La prima pala è stata ultimata, le successive quattro saranno installate nell’arco di poche settimane.
Per luglio è prevista la messa in funzione a pieno regime. I lavori fanno parte del progetto molto più ampio di parco eolico per produrre energia pulita, partito nel 2003.

“All’inizio si parlava di 160 euro ogni megawatt – spiega il sindaco di Arlena Publio Cascianelli -,
ora siamo arrivati a circa 66, per via di una serie di restrizioni ministeriale. Gli introiti, quindi, sono
molto ridimensionati, ma per un piccolo paese come il nostro è sempre qualcosa di positivo. Ad
oggi, secondo le stime, si parla in pratica di un incasso di circa 40mila euro l’anno”.

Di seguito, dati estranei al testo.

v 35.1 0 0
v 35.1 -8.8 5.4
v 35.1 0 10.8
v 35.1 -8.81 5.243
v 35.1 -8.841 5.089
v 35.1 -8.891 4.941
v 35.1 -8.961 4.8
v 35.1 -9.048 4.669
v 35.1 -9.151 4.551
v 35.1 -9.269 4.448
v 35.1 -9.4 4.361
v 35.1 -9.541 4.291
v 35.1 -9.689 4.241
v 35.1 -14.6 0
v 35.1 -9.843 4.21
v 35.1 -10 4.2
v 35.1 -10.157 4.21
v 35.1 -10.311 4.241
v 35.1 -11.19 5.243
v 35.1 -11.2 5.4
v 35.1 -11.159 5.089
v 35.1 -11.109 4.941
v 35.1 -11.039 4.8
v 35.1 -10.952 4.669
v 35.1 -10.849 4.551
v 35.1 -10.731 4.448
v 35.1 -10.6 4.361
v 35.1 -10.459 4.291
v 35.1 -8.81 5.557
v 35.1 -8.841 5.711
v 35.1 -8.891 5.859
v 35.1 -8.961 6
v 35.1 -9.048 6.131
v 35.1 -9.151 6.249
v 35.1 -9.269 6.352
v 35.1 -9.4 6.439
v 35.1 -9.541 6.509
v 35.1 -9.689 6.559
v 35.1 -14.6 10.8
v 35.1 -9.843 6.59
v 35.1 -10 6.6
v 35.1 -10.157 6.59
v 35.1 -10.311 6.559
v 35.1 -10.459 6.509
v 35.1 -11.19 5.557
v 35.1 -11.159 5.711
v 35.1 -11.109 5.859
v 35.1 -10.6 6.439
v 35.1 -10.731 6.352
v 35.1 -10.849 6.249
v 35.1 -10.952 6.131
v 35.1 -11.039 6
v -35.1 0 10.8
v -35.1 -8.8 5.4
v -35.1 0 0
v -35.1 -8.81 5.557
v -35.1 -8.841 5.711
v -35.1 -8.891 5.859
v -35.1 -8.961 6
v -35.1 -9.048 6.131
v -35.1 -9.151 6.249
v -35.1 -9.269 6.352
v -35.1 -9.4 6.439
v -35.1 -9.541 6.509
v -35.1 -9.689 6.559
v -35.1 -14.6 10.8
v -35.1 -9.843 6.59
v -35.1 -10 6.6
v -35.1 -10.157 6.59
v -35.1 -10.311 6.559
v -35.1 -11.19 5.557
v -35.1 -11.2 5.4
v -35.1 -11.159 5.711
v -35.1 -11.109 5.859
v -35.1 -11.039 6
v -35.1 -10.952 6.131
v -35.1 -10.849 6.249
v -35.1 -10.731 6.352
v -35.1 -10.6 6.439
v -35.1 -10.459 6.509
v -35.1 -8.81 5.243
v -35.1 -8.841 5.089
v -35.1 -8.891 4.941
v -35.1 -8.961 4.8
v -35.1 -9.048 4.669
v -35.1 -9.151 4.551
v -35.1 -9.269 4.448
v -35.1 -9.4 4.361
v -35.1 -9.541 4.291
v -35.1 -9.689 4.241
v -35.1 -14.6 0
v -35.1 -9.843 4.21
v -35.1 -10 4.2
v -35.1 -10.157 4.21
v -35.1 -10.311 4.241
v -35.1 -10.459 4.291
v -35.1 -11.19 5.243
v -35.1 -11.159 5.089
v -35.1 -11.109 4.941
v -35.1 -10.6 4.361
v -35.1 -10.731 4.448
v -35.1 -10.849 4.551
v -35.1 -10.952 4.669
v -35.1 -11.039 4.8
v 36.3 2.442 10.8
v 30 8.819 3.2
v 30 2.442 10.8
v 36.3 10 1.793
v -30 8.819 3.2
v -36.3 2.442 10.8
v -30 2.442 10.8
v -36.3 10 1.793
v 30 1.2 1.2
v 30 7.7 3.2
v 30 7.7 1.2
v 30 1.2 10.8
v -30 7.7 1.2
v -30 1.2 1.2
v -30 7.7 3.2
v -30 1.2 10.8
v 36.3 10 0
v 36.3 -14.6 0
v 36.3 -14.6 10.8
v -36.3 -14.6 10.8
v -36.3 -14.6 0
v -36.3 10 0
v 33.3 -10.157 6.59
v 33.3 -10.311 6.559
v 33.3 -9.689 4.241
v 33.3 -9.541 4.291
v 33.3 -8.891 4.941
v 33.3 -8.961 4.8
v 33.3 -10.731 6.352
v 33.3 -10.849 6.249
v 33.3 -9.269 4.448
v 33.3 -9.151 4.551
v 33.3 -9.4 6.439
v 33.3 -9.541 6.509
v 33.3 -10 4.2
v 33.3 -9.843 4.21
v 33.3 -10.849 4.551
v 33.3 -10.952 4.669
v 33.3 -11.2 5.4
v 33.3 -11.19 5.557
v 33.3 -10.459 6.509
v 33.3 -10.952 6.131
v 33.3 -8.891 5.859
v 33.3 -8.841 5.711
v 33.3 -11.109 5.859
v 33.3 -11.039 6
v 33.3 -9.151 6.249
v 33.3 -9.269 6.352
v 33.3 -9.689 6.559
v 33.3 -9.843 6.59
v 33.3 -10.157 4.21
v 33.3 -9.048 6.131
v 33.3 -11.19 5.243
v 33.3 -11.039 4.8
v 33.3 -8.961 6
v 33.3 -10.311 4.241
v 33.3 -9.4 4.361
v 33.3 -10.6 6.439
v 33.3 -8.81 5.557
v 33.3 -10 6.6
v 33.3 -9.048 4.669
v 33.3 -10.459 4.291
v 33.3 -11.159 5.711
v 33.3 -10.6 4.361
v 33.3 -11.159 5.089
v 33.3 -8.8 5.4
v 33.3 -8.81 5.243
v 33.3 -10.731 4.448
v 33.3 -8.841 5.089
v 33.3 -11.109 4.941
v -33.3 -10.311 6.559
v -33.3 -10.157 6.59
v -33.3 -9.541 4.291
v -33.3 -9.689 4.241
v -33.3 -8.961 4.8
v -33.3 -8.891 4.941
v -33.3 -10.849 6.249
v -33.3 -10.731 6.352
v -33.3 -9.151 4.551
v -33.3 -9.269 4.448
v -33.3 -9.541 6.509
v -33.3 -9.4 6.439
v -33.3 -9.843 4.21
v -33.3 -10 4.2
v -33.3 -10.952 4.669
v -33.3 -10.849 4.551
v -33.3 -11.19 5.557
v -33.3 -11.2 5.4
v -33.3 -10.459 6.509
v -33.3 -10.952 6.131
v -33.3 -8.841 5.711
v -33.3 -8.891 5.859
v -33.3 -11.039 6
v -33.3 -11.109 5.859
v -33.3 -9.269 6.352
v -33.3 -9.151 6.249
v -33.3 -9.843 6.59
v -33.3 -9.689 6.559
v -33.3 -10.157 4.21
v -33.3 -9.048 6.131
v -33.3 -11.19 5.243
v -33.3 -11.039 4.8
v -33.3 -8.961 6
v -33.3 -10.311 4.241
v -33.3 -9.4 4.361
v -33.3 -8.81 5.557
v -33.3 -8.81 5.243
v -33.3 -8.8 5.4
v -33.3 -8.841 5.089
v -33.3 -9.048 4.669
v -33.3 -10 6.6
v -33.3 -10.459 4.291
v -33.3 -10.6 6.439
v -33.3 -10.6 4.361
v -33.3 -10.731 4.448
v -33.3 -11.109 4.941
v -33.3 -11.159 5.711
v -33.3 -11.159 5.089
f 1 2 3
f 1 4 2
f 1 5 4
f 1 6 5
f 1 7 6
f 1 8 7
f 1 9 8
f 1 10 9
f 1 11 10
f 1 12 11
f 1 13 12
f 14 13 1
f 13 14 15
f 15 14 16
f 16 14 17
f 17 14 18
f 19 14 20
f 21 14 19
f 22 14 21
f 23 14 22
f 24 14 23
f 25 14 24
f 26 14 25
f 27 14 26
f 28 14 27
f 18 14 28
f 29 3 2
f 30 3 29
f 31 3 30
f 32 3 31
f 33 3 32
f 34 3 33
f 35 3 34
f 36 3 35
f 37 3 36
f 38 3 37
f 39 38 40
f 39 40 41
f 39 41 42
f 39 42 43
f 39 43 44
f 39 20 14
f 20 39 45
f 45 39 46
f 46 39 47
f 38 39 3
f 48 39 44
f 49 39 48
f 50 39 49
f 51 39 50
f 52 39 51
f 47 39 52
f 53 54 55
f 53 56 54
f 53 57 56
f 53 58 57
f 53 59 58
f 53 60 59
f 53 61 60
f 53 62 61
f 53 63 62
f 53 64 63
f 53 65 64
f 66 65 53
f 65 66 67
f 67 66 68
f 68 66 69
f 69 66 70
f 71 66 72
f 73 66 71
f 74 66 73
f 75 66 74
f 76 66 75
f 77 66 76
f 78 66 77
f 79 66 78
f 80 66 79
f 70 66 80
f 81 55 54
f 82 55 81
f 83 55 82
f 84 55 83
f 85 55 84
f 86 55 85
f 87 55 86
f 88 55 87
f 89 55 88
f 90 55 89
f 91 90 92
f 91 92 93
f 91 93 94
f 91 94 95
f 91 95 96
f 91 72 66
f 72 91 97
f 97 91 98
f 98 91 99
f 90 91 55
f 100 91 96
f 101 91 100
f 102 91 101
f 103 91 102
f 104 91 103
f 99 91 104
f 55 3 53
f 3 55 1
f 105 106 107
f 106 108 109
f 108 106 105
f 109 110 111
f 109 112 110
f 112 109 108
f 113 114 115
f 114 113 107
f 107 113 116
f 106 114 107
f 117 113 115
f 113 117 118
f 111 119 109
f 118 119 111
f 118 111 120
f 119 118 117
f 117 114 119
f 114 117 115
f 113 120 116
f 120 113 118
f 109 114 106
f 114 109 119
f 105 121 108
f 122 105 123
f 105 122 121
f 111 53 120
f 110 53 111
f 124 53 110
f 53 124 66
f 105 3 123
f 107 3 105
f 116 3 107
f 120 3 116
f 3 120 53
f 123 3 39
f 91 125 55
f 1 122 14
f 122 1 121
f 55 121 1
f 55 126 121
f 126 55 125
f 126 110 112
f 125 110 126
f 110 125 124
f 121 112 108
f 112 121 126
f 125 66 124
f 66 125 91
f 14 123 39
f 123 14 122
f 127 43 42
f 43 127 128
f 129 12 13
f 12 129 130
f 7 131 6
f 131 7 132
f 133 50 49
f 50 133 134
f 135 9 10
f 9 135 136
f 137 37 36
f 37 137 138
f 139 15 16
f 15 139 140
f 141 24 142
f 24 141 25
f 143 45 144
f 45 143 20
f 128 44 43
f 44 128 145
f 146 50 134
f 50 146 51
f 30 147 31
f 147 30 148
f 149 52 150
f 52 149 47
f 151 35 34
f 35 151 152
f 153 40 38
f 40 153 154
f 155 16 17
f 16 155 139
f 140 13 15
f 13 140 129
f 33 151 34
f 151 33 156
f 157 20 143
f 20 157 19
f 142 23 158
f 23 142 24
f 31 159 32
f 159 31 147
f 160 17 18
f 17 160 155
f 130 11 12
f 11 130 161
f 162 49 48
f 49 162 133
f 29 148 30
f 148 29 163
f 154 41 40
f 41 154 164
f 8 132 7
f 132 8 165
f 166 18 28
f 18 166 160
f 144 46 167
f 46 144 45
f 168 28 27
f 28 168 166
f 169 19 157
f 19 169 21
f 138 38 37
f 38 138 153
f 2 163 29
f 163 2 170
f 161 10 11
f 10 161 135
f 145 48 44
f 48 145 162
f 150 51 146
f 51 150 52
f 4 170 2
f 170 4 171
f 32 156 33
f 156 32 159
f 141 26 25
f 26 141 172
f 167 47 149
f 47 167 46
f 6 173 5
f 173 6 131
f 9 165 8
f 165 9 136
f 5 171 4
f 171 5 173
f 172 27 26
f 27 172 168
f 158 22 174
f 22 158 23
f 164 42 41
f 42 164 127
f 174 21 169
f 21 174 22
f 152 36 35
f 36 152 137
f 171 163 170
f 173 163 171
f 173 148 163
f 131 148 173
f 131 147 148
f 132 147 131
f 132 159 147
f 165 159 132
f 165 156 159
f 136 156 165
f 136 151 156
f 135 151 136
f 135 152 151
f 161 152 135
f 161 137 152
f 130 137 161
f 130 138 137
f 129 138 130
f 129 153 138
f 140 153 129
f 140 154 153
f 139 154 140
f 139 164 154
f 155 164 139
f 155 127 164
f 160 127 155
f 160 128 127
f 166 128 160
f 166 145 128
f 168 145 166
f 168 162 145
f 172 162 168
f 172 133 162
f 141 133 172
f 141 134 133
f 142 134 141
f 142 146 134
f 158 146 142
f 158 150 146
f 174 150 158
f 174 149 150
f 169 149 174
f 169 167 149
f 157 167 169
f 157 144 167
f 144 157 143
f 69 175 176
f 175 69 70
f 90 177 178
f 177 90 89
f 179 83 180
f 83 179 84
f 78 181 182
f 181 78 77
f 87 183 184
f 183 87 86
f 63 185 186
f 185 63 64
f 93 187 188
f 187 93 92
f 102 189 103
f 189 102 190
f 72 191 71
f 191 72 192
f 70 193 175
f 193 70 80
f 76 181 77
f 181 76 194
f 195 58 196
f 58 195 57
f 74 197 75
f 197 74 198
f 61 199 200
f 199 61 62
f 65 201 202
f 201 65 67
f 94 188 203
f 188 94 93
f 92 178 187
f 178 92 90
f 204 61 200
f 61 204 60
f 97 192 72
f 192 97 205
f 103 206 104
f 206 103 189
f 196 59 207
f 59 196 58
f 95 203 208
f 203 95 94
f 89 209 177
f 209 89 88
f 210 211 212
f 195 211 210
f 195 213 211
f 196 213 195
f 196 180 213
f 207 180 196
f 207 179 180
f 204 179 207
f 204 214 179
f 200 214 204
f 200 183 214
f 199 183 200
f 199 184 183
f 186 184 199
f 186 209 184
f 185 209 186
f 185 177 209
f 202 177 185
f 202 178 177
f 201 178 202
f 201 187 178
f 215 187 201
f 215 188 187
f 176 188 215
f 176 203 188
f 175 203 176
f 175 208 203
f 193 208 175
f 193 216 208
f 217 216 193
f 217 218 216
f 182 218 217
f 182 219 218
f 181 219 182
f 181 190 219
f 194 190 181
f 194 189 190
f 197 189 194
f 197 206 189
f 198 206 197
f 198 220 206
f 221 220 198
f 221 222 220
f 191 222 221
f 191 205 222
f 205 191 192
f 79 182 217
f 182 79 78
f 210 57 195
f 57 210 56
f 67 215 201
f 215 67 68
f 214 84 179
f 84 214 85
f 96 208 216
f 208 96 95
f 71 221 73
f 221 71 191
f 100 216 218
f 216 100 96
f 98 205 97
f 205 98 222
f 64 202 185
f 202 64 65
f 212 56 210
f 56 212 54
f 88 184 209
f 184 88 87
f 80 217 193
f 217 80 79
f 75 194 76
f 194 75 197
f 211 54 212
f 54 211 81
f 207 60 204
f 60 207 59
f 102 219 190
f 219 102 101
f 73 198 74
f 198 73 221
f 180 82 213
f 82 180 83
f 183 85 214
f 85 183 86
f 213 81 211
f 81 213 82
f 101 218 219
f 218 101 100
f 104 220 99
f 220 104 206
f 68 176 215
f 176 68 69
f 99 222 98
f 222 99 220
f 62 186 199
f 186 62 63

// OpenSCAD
// ssdframe.scad
// a handle to plug a SSD into a DELL Latitude E6430 Notebook
//
// Background:
//   - CAD manual: http://www.openscad.org/documentation.html
//
//   - see also:
//     https://www.thingiverse.com/am_things/designs
//     https://github.com/Github6am/am_parts3D
//
// Andreas Merz 2022-01-22, v1.0 
// GPLv3 or later, see http://www.gnu.org/licenses



module ssdframe1(
     a1=70.2,  // ssd width
     a2=72.6,  // frame width
     b1=10,    // depth
     b2=24.6,  // overall depth
     c=10.8    // height
     ) {
     w=(a2-a1)/2;
         union() {
           difference() {
             union() {
               // outer shape
               translate([0, -b2/2+b1, c/2]) cube([a2,b2,c], center=true);
             }
             union() {
               // SSD bay
               translate([0,-b2/2, c/2-0.1]) cube([a1,b2,c+0.4], center=true);
               // slope
               translate([0,  b1+3.5, c/2]) rotate([40,0,0]) cube([a2+5,b1,30], center=true);
               // handle
               translate([0,  (b1-3.5)/2+w, c/2+w]) cube([60, b1-3.5, c], center=true);
               translate([0,  b1/2+w, c/2+w+2]) cube([60, b1, c], center=true);
             }
           }
           // pins
           translate([   a2/2-1.5,  -10, c/2]) rotate([0,90,0]) cylinder(d=2.4, h=3, $fn=48, center=true);
           translate([ -(a2/2-1.5), -10, c/2]) rotate([0,90,0]) cylinder(d=2.4, h=3, $fn=48, center=true);
         }
     }


//---------------- Instances ---------------------

ssdframe1();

Soldi che fanno comodo e, inoltre, energia pulita per il paese. “Nessuno, da quello che so, si è lamentato – aggiunge Publio Cascianelli – per i lavori in corso. Le pale sorgeranno in una zona lontana dal centro, nell’area sud, che non disturba affatto”.

Dopo le cinque pale di Arlena di Castro che, come annuncia il sindaco, andranno a pieno regime già
dall’inizio di luglio, sarà anche la volta del comune vicino Tessennano, dove ne sono previste altre
quattro.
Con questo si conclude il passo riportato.